Start of Data provided

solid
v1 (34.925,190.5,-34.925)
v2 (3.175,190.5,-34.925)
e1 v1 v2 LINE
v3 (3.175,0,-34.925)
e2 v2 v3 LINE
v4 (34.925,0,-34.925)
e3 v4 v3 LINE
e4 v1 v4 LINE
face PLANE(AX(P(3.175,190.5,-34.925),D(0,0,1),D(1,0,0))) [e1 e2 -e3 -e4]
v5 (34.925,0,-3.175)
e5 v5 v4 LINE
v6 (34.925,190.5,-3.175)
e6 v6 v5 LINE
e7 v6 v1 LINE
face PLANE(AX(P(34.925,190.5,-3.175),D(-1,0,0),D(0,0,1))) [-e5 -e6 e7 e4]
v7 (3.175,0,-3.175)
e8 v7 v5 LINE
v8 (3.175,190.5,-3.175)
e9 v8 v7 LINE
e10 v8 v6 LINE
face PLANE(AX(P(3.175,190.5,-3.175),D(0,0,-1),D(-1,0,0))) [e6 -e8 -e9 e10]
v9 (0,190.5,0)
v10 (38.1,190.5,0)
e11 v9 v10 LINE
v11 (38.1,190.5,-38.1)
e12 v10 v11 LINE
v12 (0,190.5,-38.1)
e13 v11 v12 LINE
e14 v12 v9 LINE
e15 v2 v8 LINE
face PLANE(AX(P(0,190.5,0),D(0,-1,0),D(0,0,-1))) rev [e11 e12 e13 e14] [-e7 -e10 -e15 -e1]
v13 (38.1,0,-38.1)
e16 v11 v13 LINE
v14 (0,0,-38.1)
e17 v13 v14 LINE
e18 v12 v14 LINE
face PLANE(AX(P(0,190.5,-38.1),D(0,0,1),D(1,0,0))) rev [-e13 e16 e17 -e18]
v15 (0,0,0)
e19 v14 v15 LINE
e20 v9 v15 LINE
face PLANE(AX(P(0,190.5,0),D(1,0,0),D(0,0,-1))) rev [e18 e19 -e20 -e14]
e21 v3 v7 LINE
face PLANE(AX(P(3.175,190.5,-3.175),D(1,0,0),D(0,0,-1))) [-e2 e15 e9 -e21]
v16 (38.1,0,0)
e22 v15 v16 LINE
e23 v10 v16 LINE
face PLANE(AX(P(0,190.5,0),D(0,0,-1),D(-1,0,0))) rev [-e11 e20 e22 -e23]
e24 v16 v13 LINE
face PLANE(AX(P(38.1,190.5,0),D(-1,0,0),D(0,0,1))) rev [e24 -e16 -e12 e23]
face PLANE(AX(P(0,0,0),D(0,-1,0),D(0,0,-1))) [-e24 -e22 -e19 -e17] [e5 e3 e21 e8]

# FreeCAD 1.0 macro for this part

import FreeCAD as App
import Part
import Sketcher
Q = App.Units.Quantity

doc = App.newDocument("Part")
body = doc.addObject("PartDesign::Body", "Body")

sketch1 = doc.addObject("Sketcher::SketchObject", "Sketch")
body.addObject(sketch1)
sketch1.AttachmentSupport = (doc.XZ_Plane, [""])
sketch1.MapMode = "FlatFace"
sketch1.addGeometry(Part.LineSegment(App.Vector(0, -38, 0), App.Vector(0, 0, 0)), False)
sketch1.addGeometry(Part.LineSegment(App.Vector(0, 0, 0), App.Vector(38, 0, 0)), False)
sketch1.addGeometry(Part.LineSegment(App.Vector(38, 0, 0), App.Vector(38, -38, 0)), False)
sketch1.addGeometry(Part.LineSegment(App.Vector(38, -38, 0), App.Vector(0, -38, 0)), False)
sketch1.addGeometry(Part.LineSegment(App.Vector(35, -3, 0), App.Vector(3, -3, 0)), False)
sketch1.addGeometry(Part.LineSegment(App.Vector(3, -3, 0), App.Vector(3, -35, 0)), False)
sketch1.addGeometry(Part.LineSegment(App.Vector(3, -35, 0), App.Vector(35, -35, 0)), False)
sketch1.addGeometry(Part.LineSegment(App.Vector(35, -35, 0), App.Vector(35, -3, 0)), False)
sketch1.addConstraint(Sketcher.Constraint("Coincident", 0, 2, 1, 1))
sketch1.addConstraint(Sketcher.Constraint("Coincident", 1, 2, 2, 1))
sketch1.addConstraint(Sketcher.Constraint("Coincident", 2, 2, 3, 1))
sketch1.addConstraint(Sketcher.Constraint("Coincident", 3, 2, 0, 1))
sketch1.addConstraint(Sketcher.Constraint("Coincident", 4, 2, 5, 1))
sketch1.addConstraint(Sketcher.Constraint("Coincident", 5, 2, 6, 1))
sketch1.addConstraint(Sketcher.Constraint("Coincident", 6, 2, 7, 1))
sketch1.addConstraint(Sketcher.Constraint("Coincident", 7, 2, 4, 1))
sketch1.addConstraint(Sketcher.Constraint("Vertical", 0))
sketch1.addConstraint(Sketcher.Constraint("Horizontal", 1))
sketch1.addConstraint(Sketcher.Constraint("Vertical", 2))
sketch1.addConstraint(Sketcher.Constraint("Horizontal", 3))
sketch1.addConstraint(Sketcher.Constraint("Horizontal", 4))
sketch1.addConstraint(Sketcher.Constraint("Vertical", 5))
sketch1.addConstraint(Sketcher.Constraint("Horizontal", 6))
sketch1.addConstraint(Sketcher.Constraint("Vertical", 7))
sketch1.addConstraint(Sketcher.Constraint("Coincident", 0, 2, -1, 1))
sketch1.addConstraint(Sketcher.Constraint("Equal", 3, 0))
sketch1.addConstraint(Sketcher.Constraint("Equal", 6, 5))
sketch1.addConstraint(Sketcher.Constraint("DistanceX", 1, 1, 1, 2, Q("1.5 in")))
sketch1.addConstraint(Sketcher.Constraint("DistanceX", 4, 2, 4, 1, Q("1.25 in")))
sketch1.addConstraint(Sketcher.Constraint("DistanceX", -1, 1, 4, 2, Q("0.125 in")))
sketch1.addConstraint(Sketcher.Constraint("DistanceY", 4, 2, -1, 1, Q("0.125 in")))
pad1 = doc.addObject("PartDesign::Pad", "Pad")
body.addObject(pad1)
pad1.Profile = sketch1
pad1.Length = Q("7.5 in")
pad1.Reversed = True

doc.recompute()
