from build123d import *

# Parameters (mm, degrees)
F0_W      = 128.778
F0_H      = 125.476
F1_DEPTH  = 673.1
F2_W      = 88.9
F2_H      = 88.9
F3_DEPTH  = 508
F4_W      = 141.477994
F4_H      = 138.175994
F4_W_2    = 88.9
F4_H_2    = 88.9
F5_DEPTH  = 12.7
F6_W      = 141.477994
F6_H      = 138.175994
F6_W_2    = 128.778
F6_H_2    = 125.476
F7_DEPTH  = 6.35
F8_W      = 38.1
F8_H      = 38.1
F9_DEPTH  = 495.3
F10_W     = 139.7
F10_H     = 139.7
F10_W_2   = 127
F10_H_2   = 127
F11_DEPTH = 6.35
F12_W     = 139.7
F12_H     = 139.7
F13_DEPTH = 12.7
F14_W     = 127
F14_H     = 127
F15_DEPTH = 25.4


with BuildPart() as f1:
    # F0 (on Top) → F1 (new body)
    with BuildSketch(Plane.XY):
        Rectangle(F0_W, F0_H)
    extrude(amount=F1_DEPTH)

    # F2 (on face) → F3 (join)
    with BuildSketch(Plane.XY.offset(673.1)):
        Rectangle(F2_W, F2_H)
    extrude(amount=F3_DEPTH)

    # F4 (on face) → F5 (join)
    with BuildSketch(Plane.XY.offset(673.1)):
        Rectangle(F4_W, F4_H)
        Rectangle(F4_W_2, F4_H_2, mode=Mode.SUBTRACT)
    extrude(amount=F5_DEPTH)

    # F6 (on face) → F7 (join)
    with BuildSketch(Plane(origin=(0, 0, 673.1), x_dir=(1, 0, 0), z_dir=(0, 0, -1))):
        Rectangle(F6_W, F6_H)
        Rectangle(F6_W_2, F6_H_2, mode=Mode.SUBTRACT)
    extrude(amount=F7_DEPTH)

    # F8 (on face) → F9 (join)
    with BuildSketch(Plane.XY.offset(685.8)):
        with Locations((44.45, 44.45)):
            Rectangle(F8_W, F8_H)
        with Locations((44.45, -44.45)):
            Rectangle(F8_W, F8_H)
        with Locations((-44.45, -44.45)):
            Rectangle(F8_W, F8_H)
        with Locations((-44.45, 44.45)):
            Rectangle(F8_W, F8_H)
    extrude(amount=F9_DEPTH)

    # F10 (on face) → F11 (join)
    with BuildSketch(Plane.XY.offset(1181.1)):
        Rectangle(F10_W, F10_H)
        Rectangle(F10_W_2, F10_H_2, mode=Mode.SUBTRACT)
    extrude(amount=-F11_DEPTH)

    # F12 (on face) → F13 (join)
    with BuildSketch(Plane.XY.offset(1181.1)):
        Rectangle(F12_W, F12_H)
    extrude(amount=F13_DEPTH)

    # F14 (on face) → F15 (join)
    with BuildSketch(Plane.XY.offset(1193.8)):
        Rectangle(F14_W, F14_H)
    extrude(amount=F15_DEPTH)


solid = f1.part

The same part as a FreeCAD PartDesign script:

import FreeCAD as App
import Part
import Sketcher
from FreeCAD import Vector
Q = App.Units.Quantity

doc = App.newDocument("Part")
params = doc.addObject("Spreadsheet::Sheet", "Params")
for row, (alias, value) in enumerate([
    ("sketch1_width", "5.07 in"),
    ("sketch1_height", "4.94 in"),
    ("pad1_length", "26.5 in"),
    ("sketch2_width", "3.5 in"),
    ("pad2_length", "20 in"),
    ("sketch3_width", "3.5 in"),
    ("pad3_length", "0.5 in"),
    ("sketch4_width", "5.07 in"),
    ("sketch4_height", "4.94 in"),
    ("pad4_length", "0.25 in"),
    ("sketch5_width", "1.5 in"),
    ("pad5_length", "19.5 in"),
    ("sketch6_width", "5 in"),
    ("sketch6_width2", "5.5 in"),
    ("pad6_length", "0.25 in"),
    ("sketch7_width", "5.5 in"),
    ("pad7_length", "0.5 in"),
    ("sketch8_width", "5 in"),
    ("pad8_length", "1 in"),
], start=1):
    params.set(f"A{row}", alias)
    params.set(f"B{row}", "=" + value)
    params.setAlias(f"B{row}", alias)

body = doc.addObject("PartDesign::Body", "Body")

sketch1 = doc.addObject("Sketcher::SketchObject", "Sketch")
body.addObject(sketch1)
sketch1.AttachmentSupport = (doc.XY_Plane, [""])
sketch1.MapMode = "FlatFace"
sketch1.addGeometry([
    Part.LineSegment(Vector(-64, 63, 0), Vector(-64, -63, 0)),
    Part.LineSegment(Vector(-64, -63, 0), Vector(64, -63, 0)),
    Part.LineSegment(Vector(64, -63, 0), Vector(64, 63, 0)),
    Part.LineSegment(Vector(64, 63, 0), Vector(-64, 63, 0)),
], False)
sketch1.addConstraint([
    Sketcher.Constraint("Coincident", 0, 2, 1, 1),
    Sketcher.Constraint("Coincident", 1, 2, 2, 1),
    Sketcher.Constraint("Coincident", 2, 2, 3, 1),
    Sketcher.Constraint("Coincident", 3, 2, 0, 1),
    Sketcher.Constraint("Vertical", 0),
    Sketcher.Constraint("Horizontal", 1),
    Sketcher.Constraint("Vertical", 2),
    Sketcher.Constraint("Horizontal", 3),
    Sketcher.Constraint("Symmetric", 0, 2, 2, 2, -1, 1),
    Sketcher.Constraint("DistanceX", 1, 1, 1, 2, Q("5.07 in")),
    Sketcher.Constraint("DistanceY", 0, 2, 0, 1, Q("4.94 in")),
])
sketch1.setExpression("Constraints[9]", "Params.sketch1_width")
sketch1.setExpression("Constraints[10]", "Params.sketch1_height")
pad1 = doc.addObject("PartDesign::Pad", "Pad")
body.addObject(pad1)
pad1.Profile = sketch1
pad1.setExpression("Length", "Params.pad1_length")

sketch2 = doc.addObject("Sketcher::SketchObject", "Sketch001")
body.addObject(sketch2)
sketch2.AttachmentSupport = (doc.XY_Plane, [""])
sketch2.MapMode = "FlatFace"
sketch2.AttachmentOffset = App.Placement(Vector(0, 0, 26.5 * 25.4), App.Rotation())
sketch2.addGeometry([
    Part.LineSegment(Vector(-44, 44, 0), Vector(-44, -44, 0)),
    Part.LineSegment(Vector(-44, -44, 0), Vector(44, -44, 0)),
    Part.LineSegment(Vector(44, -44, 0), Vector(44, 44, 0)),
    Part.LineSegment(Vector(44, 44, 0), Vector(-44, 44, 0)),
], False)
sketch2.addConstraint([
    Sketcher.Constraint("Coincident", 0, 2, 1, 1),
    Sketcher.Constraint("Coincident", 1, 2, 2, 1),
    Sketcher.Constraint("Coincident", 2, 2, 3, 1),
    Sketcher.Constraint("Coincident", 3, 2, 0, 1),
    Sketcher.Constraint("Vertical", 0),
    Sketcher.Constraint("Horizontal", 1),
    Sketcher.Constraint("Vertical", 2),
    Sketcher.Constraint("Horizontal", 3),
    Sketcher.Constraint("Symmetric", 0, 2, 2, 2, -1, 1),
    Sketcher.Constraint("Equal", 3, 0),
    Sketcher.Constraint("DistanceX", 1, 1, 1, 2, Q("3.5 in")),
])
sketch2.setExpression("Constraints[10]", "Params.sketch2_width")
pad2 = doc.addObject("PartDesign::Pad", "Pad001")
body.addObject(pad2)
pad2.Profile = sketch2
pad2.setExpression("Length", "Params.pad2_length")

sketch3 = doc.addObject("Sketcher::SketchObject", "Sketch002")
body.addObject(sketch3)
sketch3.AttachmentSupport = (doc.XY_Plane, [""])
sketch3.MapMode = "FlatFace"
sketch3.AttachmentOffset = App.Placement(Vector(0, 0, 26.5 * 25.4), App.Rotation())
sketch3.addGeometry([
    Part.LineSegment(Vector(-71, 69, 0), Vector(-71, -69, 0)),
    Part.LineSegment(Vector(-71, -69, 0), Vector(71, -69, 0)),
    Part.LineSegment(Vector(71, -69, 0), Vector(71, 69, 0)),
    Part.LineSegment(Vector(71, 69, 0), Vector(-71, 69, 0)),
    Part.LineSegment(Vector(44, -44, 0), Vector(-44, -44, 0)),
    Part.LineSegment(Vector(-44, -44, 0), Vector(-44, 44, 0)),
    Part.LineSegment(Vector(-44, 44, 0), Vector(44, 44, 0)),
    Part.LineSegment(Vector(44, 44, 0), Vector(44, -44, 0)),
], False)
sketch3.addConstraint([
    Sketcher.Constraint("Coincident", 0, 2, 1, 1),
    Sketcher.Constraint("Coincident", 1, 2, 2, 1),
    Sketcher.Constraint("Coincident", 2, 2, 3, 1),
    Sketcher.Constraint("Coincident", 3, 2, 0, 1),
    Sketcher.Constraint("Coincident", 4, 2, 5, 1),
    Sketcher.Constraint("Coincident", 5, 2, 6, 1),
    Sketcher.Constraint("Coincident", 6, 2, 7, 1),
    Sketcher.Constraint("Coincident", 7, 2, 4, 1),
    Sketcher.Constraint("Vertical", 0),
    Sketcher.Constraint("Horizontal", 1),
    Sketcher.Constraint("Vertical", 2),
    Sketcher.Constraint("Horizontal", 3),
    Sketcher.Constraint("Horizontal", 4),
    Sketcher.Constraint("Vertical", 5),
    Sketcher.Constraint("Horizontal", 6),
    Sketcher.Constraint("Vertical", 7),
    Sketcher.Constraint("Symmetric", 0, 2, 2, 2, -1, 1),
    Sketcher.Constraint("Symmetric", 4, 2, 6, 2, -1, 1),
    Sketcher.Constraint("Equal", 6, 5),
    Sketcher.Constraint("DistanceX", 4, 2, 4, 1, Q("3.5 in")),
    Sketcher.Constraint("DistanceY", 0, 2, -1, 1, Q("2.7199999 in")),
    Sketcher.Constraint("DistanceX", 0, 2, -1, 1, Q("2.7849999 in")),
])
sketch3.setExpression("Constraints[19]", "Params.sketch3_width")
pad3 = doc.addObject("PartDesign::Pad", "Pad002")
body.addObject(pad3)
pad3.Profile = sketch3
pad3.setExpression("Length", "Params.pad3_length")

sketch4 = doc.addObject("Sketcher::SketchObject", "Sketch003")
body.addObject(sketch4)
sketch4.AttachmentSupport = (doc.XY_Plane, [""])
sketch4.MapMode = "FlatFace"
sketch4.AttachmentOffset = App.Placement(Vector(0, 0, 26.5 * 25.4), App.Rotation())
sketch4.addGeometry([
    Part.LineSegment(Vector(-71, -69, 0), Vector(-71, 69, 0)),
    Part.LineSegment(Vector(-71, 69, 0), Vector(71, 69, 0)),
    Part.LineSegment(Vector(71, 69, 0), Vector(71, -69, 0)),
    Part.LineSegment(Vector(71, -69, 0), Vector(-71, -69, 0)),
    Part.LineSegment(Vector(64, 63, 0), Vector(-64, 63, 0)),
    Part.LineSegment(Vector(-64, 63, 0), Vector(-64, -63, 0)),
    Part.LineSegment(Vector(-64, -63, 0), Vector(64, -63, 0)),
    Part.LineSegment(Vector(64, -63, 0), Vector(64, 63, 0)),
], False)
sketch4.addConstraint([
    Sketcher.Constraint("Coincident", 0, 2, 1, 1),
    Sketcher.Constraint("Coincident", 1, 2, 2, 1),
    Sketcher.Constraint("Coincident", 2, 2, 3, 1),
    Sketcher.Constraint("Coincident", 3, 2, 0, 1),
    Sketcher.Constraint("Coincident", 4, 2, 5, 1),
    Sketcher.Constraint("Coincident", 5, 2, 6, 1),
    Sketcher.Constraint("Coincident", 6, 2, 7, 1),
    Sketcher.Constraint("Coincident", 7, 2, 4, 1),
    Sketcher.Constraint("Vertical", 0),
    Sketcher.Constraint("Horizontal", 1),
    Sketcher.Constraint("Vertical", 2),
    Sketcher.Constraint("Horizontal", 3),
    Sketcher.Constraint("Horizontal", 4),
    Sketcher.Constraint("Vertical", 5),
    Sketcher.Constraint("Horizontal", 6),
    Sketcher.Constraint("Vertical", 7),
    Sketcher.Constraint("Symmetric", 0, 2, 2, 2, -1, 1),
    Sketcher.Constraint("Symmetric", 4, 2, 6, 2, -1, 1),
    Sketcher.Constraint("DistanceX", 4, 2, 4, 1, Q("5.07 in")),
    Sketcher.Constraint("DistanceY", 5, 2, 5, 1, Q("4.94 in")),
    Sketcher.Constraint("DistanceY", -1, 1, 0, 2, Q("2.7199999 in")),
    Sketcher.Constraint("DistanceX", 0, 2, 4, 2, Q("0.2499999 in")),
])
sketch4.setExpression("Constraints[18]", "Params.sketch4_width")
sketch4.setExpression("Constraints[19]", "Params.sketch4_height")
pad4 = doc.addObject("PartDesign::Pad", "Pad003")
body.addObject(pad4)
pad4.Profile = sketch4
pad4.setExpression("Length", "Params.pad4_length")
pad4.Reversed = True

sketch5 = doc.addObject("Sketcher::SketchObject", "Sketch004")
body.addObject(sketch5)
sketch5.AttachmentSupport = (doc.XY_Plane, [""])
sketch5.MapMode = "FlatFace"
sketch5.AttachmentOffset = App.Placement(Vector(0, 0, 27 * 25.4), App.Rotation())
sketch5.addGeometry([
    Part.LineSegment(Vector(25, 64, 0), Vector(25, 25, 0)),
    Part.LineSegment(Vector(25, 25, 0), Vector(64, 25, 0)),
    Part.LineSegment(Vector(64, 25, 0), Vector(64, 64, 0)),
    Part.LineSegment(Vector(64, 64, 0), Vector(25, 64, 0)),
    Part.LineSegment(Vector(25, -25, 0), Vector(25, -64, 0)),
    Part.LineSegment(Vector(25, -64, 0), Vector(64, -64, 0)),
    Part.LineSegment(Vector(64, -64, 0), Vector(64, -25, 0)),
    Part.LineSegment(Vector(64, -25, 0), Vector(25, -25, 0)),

End of Data provided

Exercise prompt. Please reproduce exactly the lines from the first one of the records above through the line containing "e5 v5 v4 LINE", both included, and nothing else.

Exercise output.
solid
v1 (34.925,190.5,-34.925)
v2 (3.175,190.5,-34.925)
e1 v1 v2 LINE
v3 (3.175,0,-34.925)
e2 v2 v3 LINE
v4 (34.925,0,-34.925)
e3 v4 v3 LINE
e4 v1 v4 LINE
face PLANE(AX(P(3.175,190.5,-34.925),D(0,0,1),D(1,0,0))) [e1 e2 -e3 -e4]
v5 (34.925,0,-3.175)
e5 v5 v4 LINE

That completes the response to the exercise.